The craggy skullcracker in The Hateful Eight and the blasting cap of Donnie Brasco’s mafioso paranoia were deeply in his wheelhouse. He improvised his lines in Sin City, a movie that exists to have Michael Madsen in it. But the movies in which he was cast against type held Madsen’s burly vulnerability toward the light. He played Susan Sarandon’s decent boyfriend in Thelma & Louise. In his limited screen time, he’s her guy Friday, wiring her life savings to her and getting gently turfed after a marriage proposal. He's lovely as a conflicted working-class foster dad in Free Willy who arrives into love for his adopted son by driving his truck into the tank in which Willy is held, liberating the whale and setting the audience free.

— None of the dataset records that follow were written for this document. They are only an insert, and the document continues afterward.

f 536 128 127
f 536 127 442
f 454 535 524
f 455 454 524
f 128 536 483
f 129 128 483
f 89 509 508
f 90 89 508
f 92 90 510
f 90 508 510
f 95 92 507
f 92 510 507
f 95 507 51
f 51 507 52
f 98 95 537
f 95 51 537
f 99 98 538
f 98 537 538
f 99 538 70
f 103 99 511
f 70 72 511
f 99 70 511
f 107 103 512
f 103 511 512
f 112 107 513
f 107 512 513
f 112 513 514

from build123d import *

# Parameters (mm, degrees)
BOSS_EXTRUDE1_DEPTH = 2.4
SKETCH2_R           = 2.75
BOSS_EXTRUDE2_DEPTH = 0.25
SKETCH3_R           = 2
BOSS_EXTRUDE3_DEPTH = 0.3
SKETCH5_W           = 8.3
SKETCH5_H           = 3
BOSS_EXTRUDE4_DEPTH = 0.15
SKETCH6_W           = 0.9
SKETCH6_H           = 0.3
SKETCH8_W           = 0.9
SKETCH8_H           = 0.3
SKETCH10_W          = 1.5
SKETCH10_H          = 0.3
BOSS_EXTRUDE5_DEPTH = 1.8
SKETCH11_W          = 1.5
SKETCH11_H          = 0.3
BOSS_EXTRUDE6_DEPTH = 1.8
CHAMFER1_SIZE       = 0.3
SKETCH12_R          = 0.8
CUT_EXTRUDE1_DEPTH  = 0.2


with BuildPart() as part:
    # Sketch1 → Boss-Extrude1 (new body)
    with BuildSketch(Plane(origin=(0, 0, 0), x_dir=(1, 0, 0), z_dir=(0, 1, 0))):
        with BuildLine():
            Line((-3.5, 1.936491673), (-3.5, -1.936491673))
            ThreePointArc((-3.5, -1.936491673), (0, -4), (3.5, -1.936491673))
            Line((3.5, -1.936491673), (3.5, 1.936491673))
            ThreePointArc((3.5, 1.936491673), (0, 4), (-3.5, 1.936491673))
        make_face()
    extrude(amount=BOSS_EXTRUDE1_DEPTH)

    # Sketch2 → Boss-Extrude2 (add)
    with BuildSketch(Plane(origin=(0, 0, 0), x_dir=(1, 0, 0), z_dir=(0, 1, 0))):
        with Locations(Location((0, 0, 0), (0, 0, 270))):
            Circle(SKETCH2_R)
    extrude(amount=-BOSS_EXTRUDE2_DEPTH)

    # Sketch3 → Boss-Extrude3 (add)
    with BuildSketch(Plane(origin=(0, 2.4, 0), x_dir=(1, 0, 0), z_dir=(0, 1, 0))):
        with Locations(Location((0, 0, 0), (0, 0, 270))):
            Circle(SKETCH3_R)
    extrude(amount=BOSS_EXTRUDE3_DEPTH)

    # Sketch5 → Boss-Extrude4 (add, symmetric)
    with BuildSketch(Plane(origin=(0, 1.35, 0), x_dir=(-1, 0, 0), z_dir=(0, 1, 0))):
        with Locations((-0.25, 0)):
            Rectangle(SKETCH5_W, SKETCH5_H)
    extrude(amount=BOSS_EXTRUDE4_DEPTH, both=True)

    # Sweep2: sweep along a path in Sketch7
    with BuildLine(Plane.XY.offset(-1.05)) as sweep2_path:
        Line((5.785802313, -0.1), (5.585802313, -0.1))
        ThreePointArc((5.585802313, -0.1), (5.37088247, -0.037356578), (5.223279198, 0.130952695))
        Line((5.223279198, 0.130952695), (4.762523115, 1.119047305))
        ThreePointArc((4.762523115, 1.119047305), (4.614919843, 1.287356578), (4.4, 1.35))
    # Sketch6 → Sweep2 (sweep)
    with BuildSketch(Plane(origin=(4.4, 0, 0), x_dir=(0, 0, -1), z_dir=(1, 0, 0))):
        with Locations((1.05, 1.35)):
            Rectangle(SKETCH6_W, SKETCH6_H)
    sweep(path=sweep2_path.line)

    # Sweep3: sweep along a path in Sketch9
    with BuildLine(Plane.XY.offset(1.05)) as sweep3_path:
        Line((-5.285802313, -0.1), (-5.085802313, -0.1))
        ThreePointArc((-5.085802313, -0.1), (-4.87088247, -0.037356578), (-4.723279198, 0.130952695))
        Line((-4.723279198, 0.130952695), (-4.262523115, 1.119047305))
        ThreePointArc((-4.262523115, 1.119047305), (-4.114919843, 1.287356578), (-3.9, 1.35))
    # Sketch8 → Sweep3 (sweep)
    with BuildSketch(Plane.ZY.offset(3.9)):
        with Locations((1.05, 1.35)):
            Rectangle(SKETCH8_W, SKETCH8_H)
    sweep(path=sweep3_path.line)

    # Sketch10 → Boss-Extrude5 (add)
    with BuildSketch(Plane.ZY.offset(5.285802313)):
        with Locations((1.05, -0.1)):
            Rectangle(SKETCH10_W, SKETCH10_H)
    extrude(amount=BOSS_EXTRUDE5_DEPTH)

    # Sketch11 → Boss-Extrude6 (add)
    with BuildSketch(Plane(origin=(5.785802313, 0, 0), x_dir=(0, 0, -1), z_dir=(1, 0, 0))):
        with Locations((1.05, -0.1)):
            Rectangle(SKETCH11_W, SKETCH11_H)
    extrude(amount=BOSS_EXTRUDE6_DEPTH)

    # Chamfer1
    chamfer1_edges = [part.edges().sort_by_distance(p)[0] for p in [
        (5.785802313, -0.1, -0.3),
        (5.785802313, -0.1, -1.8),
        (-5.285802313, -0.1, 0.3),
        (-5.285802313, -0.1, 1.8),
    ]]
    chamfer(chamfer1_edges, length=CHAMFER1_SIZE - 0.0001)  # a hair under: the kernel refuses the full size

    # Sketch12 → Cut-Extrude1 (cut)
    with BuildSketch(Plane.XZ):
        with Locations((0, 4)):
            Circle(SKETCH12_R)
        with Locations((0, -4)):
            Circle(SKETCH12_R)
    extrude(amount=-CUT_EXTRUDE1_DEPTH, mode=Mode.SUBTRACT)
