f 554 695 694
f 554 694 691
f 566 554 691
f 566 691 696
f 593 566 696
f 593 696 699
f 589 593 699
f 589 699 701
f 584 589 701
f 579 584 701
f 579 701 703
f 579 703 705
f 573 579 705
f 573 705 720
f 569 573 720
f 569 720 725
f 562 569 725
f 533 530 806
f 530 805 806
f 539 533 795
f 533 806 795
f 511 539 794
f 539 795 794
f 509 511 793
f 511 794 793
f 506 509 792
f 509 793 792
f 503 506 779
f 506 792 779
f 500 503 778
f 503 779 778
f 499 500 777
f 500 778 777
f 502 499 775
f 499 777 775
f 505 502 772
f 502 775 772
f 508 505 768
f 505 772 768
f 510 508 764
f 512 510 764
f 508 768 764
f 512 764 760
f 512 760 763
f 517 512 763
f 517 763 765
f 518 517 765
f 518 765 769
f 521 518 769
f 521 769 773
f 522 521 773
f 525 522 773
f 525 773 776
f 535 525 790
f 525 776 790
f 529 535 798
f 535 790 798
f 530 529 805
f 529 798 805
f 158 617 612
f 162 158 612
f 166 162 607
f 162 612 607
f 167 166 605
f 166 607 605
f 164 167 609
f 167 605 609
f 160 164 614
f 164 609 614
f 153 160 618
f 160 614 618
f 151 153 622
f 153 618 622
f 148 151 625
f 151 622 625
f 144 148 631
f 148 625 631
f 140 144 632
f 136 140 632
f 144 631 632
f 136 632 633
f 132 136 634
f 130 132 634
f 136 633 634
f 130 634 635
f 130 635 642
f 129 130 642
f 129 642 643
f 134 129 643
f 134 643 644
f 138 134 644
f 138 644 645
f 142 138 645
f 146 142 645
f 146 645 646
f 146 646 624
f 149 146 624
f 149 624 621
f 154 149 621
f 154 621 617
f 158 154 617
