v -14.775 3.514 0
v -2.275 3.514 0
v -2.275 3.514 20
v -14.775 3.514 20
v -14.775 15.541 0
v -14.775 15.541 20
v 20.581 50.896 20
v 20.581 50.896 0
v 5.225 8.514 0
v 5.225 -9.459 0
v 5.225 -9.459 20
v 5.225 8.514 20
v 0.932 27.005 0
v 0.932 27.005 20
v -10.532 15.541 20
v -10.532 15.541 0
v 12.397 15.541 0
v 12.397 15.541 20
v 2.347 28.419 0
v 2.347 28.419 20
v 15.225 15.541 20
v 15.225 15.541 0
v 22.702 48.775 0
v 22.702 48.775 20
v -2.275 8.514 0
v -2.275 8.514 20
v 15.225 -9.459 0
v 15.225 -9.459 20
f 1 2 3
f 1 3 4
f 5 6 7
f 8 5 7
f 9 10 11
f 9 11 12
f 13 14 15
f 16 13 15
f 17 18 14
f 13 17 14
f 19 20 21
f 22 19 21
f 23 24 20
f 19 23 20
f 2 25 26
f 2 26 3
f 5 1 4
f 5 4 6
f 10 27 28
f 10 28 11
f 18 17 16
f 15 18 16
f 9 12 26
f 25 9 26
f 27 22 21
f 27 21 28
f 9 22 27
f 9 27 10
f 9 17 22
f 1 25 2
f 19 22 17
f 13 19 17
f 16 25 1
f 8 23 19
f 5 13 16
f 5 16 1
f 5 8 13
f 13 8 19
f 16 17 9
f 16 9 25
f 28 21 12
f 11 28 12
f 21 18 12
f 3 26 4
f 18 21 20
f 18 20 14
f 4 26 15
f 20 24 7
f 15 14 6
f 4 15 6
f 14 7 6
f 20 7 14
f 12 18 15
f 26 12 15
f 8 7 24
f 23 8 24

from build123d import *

# Parameters (mm, degrees)
BOSS_EXTRUDE2_DEPTH = 20
BOSS_EXTRUDE3_DEPTH = 20


with BuildPart() as part:
    # Sketch1 → Boss-Extrude2 (new body)
    with BuildSketch(Plane.XY):
        Polygon((-2.274774775, 3.513513514), (-14.774774775, 3.513513514), (-14.774774775, 15.540540541), (5.225225225, 15.540540541), (15.225225225, 15.540540541), (15.225225225, -9.459459459), (5.225225225, -9.459459459), (5.225225225, 8.513513514), (-2.274774775, 8.513513514), align=None)
    extrude(amount=BOSS_EXTRUDE2_DEPTH)

    # Sketch2 → Boss-Extrude3 (add)
    with BuildSketch(Plane.XY.offset(20)):
        Polygon((-14.774774775, 15.540540541), (20.580564285, 50.8958796), (22.701884628, 48.774559256), (2.346545569, 28.419220197), (15.225225225, 15.540540541), (12.3967981, 15.540540541), (0.932332006, 27.005006635), (-10.532134088, 15.540540541), align=None)
    extrude(amount=-BOSS_EXTRUDE3_DEPTH)


solid = part.part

I carry a candle for his work in the clamor of 90s VHS trash classic Species, whose premise generative AI will never touch: experimented-upon alien assumes form of knockout blonde and kills men after seducing them, a post-HIV, post-Pill sci-fi cautionary tale about the female sex drive, Frankenstein for incels. They truly do not make ‘em like that anymore. Species somehow stars Forest Whitaker, Ben Kingsley, and Alfred Molina. But Madsen walks away with the movie. He plays the black bag mercenary Preston Lennox. It’s a name that sounds like its owner had a mean squash game at Bowdoin, but Madsen plays him like a Buffalo teamster. He hits the punchlines like a rust-belt Bond—“If I’m here, I think the shit has definitely hit the fan”—and properly titrates the film’s campy, horny, well-rendered midnight movie aura.
He was well acquainted with the night. His son died from suicide. He wrote an as-of-now unreleased collection of “outlaw thoughts” and poetry. He died at 67. You wonder if there was one more revival there, one more chance for him to deliver.
In a moment in which the idea of the forgotten white man in America has gotten a bit too much maudlin attention, and all the hard truths and the political consultant hogwash about that demographic swirl together, I think of Madsen as the embodiment of a particular kind of gritty, forlorn American male forever bound to weirdness. In another era he would have been in Easy Rider or in Fat City. We had him instead. We had Michael Madsen, a fountain of glorious American gravel that scuffed everything it touched.